▸ Task objective: Using the material below, return exactly the lines between the one holding "Circle(ESQUISSE4_R_2)" and the one holding "A parametric FreeCAD", inclusive, and no others.

─── Data extract ───

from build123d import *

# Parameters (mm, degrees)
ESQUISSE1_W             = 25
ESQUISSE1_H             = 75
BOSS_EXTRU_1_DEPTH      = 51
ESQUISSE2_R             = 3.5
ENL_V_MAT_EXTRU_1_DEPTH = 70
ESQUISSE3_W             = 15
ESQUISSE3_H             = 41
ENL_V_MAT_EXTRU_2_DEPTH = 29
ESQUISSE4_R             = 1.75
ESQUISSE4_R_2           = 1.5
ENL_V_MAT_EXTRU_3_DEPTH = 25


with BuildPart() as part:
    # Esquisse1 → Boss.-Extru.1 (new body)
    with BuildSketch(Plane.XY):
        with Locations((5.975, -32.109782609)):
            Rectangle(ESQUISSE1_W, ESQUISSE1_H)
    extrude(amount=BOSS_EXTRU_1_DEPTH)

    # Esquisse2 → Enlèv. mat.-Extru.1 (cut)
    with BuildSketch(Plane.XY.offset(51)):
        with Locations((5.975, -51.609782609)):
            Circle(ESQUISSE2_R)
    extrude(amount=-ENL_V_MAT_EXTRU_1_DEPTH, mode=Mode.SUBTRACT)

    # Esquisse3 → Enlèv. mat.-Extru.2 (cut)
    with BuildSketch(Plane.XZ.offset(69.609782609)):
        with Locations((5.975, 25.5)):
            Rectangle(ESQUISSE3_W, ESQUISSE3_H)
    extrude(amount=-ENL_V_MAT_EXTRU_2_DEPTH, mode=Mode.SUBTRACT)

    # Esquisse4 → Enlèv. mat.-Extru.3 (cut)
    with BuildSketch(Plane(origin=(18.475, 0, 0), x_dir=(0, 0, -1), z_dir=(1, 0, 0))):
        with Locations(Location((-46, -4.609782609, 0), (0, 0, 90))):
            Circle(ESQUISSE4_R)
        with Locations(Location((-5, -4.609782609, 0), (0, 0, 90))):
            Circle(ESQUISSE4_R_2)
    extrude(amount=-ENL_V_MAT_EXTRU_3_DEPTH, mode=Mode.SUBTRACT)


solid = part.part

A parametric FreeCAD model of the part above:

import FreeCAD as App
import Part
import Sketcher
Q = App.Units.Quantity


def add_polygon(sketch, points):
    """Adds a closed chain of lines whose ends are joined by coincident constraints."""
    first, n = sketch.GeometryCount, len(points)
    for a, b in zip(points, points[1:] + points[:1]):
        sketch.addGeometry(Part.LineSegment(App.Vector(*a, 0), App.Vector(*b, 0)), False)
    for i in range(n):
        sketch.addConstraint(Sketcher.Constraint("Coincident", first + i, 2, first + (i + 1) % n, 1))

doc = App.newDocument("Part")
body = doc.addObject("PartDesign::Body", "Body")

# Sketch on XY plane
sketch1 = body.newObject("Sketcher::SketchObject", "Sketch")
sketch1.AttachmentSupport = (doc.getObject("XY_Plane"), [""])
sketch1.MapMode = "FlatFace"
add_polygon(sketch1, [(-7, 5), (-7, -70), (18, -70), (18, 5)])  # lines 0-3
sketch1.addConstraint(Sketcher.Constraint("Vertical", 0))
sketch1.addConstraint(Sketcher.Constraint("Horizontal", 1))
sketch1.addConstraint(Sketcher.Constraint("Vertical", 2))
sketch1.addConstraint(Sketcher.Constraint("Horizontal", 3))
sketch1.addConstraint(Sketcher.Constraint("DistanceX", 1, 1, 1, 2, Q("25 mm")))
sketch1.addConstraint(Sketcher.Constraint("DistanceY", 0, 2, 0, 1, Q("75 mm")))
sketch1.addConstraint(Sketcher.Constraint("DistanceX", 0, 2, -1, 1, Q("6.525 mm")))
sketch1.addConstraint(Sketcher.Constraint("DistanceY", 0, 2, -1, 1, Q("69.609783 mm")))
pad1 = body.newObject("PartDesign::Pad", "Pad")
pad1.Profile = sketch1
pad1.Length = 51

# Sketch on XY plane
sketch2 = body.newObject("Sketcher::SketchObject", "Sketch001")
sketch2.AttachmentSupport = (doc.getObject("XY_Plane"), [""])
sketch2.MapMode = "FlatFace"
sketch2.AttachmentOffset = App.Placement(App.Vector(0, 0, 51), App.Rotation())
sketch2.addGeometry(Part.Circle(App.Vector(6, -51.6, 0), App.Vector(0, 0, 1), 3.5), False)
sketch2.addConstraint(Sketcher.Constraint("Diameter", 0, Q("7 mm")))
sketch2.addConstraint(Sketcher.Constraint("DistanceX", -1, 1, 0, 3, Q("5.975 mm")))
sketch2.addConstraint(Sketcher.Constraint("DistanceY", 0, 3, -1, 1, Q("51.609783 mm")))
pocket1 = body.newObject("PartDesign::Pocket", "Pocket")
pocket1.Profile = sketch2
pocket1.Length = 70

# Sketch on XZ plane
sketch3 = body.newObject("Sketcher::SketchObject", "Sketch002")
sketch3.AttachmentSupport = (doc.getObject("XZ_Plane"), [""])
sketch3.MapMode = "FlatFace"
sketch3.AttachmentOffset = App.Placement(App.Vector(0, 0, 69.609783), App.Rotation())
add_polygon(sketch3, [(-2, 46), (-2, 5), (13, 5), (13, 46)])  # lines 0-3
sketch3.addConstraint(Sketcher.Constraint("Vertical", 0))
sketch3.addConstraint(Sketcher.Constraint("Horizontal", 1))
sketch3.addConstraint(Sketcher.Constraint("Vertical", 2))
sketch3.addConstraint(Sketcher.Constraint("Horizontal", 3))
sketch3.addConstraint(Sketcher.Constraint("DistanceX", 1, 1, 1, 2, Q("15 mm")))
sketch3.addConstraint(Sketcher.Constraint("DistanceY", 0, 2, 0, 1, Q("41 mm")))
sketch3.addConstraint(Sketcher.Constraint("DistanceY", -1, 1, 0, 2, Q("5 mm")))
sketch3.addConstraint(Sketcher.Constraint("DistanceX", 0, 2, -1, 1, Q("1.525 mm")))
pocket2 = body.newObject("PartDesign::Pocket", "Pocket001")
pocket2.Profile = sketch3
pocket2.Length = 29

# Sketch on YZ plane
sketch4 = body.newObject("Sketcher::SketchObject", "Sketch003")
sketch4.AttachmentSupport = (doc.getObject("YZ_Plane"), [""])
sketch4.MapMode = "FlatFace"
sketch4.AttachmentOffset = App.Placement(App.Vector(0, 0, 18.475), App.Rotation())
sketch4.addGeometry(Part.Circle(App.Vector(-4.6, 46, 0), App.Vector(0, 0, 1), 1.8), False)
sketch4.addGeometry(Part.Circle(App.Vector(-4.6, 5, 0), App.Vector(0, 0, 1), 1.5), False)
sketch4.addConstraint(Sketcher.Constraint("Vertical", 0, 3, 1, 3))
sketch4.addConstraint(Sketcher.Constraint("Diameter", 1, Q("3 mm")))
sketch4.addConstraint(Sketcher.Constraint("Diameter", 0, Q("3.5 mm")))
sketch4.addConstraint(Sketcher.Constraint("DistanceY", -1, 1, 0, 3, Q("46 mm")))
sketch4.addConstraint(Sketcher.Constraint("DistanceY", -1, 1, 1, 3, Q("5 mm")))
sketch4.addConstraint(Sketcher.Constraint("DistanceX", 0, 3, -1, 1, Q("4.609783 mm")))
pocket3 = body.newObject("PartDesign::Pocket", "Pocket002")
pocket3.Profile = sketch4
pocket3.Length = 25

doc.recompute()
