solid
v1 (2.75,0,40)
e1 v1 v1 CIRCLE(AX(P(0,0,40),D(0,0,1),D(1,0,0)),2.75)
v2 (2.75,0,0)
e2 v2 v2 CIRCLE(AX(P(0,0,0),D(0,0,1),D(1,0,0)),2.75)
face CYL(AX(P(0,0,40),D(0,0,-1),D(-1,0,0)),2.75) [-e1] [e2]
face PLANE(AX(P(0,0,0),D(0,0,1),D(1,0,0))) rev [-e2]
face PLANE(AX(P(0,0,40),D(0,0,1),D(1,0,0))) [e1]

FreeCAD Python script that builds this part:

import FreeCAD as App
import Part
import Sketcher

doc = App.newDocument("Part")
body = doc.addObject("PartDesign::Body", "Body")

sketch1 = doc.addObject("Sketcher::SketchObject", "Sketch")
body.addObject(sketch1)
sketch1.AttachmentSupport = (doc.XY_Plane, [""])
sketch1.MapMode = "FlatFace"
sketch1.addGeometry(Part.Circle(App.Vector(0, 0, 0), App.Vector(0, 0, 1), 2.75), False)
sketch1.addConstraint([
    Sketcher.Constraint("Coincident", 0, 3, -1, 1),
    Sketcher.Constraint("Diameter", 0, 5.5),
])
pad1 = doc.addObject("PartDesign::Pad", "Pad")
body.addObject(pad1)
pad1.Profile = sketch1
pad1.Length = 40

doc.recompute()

───

▸ Expected answer:
            Circle(ESQUISSE4_R_2)
    extrude(amount=-ENL_V_MAT_EXTRU_3_DEPTH, mode=Mode.SUBTRACT)


solid = part.part

A parametric FreeCAD model of the part above:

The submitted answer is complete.